**WORK TO BE COMPLETED**
Where in the records does the word "projected" appear? Copy each line that holds it.

**DATA FOR REVIEW**
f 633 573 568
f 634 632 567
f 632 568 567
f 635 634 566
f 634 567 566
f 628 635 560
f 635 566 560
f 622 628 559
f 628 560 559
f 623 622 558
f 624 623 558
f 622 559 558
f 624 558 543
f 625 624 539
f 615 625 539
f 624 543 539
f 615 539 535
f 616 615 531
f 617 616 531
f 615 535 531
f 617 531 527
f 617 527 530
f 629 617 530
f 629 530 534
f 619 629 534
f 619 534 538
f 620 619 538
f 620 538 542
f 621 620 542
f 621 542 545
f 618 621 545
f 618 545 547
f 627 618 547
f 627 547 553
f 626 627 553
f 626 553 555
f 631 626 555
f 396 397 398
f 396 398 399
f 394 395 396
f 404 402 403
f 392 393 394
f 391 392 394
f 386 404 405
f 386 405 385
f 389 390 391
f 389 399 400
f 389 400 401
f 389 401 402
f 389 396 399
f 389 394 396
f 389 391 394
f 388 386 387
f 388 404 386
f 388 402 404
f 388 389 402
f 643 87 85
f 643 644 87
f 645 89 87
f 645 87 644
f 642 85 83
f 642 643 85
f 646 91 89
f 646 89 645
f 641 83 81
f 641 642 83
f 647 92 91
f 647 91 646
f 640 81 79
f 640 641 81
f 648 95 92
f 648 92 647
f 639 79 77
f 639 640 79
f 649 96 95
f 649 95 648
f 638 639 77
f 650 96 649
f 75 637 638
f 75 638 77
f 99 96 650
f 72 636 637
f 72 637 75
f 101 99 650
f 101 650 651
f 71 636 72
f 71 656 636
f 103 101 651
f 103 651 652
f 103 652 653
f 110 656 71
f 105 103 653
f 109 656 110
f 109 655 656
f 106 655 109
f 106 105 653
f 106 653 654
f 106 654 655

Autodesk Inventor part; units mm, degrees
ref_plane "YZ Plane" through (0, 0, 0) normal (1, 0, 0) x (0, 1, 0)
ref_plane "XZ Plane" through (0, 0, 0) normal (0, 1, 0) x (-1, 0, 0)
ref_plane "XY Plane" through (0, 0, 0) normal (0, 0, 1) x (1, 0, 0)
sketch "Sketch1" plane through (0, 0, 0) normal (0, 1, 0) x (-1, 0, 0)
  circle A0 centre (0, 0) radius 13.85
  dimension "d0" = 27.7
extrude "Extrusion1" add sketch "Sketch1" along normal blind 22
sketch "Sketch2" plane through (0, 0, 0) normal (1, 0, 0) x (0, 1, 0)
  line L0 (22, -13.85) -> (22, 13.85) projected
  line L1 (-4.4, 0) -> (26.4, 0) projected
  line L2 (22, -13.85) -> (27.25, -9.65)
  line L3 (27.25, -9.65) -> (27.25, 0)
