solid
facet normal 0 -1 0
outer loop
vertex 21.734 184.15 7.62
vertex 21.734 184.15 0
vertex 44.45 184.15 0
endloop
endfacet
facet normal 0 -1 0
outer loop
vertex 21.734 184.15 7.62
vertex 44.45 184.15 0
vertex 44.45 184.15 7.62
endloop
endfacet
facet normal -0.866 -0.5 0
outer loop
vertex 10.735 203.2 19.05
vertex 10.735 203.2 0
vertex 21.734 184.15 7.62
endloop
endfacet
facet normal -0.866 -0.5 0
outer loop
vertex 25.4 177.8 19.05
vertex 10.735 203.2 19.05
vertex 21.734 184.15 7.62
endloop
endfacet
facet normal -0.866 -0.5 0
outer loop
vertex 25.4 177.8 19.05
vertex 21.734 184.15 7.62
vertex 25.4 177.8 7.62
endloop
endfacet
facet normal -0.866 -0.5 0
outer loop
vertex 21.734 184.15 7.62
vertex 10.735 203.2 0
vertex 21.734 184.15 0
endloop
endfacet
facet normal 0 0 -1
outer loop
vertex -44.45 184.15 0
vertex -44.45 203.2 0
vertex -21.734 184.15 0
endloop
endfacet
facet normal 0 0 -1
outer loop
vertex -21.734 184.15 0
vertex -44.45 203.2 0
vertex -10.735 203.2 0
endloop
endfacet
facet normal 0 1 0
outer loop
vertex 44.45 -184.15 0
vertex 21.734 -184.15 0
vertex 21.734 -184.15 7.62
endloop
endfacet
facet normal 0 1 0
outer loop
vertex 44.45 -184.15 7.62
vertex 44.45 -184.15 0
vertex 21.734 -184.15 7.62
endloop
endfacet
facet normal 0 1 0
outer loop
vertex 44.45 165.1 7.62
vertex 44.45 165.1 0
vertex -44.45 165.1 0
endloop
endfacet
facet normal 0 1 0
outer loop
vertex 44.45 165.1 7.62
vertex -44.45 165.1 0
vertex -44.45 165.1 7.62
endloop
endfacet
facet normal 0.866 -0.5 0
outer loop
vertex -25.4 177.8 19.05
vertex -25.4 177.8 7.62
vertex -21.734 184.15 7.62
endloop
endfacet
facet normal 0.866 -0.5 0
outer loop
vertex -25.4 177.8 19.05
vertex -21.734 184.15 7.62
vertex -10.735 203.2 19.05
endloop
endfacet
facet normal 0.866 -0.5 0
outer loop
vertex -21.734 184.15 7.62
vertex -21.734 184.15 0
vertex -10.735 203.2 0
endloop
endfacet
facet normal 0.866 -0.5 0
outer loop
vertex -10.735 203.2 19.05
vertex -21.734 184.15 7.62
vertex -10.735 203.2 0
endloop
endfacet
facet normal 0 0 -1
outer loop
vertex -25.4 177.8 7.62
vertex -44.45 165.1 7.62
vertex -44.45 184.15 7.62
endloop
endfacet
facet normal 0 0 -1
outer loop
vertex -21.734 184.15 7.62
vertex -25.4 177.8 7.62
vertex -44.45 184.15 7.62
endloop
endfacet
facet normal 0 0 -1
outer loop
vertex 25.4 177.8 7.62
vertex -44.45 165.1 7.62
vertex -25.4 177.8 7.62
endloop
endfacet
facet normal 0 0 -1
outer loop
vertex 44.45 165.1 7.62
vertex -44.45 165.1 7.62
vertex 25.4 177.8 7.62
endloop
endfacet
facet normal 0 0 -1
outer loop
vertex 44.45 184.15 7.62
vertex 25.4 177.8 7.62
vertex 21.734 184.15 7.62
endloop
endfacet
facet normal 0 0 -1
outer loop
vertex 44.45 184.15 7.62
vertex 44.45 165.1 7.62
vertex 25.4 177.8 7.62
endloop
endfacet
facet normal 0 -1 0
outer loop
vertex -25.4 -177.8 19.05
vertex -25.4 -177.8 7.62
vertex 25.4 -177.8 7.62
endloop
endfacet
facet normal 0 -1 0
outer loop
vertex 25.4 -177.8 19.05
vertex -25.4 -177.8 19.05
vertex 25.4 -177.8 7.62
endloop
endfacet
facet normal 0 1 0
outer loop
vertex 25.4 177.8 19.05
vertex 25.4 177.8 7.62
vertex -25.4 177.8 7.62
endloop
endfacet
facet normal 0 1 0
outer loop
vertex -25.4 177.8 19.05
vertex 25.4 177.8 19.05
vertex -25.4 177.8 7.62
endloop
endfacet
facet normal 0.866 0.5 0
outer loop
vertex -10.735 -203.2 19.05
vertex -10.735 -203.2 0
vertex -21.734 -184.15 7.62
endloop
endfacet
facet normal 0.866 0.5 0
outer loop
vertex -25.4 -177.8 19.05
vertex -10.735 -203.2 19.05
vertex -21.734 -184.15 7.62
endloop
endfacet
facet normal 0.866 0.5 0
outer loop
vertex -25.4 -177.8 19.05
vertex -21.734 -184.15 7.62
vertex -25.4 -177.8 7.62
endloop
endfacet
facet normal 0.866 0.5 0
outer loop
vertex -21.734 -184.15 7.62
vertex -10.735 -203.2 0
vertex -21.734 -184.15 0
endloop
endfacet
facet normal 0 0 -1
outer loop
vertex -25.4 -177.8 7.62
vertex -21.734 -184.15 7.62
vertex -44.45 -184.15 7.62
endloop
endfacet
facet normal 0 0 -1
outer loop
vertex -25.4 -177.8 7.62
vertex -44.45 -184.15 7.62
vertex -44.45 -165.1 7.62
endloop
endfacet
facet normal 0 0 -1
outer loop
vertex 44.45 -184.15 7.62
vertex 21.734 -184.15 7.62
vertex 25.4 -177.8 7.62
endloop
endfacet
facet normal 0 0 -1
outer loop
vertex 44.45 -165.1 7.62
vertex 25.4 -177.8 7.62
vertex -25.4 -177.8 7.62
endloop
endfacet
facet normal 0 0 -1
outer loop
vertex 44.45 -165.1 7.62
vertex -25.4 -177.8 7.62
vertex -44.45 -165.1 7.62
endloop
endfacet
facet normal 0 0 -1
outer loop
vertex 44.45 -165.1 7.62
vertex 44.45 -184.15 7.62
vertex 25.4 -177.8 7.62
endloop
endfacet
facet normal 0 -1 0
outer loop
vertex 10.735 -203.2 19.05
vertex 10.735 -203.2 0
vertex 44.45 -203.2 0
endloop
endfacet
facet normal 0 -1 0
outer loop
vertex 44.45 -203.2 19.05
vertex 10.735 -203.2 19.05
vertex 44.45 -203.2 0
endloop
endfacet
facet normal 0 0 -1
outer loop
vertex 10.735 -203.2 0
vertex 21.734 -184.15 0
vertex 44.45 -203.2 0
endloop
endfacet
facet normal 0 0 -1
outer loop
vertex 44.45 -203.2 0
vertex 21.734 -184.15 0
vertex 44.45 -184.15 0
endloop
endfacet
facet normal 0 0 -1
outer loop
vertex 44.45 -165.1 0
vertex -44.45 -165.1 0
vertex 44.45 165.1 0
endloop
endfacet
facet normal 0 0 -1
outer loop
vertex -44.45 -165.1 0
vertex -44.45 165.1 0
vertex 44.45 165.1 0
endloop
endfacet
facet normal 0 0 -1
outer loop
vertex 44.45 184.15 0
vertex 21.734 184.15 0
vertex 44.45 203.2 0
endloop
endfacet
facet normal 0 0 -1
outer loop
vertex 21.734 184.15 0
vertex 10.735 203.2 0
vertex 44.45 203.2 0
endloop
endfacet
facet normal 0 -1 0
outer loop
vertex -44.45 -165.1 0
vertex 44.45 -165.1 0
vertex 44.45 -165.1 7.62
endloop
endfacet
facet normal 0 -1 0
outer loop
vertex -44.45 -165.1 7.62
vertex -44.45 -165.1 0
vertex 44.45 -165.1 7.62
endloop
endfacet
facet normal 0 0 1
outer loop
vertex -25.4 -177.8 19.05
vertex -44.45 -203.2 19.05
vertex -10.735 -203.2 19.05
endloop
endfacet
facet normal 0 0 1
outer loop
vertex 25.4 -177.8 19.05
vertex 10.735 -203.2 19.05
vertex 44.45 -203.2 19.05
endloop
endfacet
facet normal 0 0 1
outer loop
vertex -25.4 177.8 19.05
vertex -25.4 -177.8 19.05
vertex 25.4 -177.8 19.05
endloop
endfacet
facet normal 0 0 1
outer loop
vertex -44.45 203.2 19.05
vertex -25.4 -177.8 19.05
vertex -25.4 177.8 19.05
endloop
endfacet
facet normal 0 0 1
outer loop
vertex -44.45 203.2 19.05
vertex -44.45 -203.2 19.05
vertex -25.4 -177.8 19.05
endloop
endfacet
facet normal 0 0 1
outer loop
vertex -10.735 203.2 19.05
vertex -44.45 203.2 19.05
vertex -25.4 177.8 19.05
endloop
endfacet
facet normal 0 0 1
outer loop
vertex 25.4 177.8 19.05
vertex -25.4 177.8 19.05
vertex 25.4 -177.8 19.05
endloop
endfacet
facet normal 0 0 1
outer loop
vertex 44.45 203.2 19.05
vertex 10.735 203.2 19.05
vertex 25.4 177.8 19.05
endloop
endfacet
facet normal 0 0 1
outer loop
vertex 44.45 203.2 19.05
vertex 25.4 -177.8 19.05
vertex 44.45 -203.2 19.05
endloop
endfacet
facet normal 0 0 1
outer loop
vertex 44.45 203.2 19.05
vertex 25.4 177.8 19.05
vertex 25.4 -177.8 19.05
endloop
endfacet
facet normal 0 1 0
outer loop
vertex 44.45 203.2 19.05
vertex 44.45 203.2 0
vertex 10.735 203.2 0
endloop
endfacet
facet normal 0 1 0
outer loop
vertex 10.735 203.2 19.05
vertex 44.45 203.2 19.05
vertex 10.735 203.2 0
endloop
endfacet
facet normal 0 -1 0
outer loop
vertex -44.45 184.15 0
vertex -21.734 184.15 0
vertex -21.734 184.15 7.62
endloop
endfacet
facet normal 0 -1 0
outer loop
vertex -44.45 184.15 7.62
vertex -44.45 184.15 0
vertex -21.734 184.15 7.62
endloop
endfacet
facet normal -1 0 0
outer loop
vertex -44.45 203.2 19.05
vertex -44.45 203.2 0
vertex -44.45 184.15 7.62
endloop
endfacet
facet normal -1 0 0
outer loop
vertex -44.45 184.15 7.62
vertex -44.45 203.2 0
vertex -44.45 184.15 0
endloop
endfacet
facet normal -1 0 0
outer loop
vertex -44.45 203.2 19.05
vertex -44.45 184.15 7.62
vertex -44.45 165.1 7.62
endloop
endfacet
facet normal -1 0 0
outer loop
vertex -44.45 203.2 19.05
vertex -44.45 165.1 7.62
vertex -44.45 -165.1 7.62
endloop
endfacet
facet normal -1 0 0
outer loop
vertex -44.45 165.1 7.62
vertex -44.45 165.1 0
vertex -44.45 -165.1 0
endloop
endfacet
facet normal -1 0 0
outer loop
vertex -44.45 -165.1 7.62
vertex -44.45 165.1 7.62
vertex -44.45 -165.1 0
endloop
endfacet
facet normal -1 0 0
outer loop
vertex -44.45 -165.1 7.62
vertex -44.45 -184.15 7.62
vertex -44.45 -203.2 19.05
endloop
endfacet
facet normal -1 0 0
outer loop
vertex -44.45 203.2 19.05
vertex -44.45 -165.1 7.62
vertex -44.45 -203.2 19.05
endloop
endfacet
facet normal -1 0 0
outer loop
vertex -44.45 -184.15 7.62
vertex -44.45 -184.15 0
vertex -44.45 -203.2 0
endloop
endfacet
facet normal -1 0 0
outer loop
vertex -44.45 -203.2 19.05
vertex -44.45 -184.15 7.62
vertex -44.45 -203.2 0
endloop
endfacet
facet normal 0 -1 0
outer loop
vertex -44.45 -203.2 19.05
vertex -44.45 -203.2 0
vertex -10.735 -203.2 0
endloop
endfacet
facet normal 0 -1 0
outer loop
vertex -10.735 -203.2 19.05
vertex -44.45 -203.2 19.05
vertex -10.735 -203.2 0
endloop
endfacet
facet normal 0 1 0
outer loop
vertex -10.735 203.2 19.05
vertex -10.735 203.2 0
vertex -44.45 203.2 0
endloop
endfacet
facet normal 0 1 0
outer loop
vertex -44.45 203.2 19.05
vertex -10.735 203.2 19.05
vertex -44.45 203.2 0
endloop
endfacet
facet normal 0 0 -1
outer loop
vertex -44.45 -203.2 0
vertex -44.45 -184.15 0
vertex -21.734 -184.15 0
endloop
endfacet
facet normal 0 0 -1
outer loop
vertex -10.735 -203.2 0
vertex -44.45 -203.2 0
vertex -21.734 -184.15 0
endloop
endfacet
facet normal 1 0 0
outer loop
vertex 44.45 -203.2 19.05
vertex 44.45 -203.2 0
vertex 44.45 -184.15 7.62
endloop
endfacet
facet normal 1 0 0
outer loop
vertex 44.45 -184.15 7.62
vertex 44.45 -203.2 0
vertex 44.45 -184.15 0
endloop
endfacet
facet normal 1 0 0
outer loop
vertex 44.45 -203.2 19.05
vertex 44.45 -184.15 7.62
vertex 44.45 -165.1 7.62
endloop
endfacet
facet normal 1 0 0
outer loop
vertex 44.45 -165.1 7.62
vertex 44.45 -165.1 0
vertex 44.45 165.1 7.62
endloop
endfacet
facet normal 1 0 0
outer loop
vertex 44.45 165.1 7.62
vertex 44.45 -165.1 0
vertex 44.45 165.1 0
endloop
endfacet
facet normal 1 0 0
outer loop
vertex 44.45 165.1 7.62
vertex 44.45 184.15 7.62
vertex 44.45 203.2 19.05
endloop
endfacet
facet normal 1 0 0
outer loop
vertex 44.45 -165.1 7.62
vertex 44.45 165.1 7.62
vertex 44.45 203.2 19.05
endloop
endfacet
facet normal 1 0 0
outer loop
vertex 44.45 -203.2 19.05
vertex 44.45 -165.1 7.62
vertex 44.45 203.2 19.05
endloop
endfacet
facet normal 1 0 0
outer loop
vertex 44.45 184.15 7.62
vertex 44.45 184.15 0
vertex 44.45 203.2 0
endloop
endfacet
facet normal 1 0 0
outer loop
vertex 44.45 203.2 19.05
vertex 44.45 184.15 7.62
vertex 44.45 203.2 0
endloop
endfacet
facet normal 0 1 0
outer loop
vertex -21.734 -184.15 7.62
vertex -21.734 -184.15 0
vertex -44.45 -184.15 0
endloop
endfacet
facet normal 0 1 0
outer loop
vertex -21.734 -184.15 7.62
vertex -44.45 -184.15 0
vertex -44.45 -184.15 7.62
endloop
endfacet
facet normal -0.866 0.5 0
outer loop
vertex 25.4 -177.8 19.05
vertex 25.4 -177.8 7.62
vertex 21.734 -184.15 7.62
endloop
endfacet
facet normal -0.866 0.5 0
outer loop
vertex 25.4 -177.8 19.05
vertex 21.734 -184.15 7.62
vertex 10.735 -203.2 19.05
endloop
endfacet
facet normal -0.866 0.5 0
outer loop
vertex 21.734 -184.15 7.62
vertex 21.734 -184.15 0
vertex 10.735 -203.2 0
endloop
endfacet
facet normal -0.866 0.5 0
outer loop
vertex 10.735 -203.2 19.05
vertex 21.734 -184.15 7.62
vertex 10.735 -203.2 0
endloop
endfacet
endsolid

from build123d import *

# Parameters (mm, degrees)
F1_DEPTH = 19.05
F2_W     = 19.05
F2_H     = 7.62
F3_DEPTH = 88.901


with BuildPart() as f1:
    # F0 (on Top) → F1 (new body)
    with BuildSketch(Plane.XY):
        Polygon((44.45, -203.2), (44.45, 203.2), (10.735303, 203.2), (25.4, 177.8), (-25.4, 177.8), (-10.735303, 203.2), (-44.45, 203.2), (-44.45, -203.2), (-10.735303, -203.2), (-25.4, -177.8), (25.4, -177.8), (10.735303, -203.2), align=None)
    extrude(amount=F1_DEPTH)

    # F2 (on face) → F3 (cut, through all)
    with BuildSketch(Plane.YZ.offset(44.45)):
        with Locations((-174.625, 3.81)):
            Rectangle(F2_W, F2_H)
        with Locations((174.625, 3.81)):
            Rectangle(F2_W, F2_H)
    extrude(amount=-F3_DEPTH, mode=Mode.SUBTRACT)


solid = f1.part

**EXERCISE OUTPUT**
  line L0 (22, -13.85) -> (22, 13.85) projected
  line L1 (-4.4, 0) -> (26.4, 0) projected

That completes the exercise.